→ **Supplied entries**
####################

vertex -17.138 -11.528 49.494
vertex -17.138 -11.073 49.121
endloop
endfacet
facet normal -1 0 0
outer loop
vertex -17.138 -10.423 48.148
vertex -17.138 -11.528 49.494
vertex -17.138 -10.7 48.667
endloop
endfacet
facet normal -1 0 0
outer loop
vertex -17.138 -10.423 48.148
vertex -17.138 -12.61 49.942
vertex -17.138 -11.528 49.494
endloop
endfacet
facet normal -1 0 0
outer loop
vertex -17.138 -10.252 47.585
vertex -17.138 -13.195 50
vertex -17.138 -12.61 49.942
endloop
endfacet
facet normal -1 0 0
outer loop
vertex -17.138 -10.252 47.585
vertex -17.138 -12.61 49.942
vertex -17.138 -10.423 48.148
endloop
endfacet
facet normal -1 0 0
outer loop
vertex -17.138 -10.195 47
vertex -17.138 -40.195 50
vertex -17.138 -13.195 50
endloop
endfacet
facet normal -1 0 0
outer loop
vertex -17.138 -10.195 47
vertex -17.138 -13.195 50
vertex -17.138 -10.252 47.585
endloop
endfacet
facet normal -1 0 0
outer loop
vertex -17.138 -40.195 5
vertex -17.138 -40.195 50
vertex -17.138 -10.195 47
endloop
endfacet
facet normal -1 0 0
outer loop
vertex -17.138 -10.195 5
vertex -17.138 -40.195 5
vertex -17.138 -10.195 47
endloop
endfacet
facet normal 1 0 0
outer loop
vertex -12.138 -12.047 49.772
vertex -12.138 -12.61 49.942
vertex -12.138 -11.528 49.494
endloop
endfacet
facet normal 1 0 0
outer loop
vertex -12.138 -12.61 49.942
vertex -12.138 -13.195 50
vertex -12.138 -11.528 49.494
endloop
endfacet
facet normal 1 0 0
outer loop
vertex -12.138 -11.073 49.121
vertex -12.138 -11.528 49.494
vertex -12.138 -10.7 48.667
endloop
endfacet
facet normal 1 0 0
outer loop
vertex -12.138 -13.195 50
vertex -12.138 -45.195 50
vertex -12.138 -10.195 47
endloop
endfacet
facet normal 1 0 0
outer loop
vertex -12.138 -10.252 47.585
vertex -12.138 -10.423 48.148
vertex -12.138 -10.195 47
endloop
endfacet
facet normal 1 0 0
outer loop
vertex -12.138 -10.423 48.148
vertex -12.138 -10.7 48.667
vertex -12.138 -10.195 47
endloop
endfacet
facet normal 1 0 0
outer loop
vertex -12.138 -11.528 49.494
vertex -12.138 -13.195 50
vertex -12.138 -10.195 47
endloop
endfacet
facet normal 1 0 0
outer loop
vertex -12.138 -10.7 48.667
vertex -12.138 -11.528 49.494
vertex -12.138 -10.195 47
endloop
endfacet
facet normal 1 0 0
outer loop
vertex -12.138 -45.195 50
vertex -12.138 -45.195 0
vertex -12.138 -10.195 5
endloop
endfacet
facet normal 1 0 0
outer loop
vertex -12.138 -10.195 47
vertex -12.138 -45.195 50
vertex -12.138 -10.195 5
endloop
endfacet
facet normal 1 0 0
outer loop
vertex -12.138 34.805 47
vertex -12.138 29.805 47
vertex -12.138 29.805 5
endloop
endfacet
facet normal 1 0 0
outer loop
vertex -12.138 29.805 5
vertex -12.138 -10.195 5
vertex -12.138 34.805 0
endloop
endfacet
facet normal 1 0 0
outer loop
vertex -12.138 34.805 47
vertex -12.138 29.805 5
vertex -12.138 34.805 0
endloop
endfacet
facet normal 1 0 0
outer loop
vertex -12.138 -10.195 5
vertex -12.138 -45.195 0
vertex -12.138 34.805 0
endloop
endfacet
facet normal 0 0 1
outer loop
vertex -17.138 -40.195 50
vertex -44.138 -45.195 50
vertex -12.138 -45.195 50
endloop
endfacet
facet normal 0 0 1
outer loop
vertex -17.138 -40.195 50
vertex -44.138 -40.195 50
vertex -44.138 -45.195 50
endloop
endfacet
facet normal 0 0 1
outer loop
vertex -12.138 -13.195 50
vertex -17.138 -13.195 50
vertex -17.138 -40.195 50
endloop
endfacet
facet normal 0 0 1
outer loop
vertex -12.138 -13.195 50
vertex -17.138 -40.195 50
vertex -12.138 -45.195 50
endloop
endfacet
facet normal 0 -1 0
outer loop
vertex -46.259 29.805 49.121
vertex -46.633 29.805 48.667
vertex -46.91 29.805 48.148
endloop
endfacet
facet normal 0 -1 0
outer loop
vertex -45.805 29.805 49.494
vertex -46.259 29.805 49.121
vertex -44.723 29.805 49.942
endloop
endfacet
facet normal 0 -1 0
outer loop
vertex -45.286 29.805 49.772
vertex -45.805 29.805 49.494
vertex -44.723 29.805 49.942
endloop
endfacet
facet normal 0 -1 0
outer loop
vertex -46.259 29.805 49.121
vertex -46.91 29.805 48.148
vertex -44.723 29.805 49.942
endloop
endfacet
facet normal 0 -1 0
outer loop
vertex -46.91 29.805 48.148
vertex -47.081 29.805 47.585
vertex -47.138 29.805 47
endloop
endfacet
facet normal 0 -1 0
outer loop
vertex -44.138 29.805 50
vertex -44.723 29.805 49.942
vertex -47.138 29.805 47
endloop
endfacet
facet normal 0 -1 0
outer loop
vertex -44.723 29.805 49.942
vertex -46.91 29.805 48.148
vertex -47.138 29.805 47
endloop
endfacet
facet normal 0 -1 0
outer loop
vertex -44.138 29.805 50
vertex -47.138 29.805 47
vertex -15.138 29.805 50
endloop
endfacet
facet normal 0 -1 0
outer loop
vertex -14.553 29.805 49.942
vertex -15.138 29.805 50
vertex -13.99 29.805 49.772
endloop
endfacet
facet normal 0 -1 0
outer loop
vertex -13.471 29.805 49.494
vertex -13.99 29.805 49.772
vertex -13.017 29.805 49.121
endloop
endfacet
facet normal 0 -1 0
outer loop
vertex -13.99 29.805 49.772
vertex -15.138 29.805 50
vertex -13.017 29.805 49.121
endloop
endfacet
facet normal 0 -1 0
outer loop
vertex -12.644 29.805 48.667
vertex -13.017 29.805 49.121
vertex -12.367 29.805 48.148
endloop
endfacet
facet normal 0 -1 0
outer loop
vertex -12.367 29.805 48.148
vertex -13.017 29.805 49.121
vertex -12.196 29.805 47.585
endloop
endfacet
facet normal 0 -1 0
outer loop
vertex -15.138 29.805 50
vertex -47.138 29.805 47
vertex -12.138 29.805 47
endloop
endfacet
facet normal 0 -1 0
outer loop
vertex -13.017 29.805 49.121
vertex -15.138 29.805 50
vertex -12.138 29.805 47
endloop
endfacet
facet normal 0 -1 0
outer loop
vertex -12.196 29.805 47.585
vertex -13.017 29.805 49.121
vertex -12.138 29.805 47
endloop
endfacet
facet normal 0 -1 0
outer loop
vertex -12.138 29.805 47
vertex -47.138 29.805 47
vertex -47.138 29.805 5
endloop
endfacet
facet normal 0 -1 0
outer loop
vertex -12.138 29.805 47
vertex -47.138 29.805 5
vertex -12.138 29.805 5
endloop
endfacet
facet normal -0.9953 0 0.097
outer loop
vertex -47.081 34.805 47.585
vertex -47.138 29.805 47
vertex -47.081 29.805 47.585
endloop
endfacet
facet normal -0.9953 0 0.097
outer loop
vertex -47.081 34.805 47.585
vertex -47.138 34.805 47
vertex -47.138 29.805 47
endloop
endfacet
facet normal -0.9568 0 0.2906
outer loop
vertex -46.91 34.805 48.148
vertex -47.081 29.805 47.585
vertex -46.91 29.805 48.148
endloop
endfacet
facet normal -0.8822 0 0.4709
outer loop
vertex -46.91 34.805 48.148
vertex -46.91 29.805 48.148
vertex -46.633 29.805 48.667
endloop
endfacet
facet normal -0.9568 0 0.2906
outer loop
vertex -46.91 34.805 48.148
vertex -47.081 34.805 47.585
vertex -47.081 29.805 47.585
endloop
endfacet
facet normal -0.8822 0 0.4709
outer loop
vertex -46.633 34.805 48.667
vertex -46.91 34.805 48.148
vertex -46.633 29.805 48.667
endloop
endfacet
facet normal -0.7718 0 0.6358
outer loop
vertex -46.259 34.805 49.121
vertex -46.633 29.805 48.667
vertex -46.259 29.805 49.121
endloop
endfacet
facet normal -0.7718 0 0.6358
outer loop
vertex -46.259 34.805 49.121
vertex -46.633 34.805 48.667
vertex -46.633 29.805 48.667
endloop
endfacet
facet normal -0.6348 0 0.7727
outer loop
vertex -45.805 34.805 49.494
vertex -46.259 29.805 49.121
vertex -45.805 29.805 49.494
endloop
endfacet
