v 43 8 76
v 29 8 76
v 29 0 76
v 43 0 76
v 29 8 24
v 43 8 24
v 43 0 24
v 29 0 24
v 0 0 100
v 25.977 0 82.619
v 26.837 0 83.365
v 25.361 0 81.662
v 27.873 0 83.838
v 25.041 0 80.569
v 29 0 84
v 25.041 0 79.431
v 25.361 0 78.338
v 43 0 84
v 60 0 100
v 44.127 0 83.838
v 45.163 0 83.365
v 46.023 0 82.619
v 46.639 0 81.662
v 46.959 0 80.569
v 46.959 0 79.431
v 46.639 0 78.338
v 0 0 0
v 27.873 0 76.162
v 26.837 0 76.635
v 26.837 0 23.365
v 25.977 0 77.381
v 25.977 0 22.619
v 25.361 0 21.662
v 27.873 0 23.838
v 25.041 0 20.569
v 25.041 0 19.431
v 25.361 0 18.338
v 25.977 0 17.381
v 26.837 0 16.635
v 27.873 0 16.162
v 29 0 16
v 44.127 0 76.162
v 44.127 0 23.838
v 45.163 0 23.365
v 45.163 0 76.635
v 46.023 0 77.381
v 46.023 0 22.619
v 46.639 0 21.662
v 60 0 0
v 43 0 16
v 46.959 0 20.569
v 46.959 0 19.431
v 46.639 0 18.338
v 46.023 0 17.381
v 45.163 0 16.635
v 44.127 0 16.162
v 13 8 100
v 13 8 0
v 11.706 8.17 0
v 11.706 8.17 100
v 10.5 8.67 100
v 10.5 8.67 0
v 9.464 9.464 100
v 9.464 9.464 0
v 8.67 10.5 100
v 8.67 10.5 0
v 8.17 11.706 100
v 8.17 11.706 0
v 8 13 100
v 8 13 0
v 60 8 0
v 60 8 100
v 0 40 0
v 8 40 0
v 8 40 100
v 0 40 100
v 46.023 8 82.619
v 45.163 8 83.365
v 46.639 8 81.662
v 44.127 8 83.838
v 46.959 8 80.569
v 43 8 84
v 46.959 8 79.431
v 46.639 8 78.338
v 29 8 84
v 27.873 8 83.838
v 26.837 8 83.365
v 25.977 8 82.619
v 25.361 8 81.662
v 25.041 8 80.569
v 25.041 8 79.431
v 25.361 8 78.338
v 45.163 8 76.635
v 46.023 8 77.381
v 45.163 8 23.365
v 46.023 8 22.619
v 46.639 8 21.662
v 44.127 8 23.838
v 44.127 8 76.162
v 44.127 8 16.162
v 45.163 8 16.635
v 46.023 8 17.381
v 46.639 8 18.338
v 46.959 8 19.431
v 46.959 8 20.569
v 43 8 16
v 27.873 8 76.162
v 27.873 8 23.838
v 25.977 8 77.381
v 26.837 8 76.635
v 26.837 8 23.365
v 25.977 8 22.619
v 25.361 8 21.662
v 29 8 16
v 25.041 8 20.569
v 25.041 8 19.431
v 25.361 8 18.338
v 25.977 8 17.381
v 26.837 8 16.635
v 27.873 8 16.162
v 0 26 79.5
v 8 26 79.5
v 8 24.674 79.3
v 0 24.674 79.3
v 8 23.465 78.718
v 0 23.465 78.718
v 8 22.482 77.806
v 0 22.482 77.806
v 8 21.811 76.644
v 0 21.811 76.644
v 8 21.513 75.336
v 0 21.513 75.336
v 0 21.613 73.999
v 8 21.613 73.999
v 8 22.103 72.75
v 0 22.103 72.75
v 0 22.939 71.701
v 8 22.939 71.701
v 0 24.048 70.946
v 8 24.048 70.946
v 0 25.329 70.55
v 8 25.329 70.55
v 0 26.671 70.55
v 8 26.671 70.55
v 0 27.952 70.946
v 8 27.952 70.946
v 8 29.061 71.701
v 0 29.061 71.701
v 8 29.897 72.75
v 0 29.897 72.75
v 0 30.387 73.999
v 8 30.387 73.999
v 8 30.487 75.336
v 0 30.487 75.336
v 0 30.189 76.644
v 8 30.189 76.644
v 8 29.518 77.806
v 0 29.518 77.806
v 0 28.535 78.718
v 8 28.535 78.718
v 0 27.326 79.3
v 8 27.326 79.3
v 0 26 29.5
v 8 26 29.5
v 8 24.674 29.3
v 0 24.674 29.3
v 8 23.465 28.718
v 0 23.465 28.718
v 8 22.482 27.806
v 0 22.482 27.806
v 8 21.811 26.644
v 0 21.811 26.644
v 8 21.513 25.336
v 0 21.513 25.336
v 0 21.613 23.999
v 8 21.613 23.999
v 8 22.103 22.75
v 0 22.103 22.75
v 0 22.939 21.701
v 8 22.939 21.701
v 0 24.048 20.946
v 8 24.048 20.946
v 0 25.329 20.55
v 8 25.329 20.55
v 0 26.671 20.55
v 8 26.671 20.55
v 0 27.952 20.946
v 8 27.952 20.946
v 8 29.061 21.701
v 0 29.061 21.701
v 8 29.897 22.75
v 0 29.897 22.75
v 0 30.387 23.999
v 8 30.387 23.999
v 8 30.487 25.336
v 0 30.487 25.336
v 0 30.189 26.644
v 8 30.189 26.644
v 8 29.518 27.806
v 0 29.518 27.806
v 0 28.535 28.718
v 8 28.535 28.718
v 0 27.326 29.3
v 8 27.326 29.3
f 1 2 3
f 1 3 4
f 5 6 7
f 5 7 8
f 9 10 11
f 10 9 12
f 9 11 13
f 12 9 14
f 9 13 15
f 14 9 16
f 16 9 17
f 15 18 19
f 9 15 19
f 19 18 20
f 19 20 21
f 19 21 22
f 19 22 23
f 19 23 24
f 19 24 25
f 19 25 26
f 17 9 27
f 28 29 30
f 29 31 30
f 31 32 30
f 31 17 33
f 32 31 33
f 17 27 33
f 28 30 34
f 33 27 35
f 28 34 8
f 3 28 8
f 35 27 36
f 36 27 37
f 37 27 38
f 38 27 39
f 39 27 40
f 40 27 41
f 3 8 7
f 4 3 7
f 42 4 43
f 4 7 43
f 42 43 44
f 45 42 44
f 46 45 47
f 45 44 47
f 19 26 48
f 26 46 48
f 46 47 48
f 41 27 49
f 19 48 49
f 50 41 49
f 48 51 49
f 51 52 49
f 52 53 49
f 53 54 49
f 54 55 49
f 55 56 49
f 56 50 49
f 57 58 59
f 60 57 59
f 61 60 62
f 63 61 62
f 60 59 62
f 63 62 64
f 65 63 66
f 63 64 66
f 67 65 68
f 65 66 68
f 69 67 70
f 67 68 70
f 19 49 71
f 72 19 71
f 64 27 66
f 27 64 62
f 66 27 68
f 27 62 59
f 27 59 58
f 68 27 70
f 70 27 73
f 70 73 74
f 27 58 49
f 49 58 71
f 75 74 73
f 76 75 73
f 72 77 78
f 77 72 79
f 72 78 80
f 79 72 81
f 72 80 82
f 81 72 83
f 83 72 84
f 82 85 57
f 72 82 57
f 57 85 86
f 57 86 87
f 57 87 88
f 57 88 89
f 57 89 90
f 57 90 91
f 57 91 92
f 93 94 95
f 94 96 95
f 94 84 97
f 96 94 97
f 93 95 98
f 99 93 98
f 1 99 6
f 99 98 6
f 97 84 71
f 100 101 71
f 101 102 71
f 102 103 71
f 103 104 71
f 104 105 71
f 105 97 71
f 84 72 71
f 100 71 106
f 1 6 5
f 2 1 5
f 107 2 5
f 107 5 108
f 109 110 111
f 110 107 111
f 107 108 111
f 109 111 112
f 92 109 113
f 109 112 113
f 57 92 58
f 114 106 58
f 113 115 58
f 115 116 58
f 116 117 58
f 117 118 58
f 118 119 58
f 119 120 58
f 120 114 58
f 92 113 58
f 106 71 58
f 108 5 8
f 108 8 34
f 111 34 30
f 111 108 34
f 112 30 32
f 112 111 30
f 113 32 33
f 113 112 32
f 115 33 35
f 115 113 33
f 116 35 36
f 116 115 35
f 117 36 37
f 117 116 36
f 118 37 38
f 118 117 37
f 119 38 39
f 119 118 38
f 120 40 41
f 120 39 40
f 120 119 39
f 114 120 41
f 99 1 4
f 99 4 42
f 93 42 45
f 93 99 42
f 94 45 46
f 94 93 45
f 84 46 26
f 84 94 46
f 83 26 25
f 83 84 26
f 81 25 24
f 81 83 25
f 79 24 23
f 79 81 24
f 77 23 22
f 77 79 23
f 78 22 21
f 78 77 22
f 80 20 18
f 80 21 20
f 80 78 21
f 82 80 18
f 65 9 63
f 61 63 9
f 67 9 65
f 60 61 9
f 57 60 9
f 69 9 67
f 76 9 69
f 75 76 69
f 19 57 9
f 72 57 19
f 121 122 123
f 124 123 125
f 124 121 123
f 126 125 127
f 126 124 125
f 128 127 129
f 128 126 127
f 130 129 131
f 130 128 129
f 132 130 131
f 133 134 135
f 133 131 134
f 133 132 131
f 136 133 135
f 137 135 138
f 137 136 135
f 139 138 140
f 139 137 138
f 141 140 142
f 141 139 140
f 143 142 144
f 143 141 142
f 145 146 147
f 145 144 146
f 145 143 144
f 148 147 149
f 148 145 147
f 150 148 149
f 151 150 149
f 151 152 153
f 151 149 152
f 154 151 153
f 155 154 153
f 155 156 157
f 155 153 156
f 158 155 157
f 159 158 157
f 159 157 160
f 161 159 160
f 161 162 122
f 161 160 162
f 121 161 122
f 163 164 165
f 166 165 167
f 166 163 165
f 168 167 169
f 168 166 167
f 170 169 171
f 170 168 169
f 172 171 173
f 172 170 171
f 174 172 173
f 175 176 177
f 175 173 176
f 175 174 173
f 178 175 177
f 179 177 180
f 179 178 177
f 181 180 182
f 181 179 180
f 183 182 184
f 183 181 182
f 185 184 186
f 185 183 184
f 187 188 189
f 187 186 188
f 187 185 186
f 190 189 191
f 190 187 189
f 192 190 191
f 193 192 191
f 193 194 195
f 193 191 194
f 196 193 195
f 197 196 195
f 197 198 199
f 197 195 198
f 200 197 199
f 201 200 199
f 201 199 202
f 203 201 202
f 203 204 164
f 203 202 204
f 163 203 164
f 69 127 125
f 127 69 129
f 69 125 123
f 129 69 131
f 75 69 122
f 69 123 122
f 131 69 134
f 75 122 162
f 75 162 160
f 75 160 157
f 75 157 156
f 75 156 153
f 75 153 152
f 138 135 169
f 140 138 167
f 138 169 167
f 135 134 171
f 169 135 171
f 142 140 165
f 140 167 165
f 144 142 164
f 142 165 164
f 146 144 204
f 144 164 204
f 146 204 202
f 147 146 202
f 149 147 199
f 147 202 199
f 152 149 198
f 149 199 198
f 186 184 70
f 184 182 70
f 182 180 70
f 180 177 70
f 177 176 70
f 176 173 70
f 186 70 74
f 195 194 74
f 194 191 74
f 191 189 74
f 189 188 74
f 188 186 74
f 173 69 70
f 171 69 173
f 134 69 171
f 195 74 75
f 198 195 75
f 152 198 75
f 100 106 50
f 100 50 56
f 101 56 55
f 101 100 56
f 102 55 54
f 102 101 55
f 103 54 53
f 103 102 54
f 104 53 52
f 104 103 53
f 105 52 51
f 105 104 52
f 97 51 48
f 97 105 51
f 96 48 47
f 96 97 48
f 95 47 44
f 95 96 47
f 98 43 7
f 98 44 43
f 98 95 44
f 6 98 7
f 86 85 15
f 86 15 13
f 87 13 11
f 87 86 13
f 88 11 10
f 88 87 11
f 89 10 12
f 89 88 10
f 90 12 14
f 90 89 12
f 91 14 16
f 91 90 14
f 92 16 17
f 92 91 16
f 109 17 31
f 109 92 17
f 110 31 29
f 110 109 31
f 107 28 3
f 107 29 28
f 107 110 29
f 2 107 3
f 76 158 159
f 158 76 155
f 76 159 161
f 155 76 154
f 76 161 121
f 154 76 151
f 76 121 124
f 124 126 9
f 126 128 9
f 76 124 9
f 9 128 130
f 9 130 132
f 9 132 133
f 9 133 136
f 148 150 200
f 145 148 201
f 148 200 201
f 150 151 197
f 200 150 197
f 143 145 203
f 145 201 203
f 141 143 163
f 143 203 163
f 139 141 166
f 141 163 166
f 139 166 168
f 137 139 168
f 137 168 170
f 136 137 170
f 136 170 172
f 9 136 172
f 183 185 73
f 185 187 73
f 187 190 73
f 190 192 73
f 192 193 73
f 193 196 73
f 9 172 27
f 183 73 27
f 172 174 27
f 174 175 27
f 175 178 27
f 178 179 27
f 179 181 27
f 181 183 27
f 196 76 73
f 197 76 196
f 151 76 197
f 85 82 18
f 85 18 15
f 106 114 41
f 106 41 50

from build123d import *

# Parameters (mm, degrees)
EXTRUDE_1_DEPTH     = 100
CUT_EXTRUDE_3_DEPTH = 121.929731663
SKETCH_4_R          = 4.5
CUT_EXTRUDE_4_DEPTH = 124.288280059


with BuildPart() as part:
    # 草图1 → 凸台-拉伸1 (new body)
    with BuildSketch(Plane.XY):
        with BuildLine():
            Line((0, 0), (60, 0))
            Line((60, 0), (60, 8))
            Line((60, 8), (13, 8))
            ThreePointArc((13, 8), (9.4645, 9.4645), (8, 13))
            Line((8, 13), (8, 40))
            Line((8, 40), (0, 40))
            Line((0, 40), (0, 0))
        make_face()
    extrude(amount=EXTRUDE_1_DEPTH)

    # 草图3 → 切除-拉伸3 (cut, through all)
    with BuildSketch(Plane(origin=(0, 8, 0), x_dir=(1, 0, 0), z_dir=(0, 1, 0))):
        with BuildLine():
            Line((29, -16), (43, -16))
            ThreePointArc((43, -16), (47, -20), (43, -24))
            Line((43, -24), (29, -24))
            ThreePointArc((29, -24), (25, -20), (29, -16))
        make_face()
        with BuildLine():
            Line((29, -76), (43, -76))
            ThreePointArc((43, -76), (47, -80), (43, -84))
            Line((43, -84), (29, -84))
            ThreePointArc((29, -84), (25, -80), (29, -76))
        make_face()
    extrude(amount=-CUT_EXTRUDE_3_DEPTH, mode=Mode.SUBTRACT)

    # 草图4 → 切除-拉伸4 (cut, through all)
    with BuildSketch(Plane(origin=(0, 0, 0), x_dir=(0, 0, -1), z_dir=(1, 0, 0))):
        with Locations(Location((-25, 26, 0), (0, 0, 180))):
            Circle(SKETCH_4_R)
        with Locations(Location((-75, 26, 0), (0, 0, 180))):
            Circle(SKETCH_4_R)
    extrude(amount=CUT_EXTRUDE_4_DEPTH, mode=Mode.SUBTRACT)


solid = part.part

####################

All that should be written out is the stretch of lines above between the one holding "f 9 128 130" and the one holding "f 151 76 197", inclusive, exactly as given.

f 9 128 130
f 9 130 132
f 9 132 133
f 9 133 136
f 148 150 200
f 145 148 201
f 148 200 201
f 150 151 197
f 200 150 197
f 143 145 203
f 145 201 203
f 141 143 163
f 143 203 163
f 139 141 166
f 141 163 166
f 139 166 168
f 137 139 168
f 137 168 170
f 136 137 170
f 136 170 172
f 9 136 172
f 183 185 73
f 185 187 73
f 187 190 73
f 190 192 73
f 192 193 73
f 193 196 73
f 9 172 27
f 183 73 27
f 172 174 27
f 174 175 27
f 175 178 27
f 178 179 27
f 179 181 27
f 181 183 27
f 196 76 73
f 197 76 196
f 151 76 197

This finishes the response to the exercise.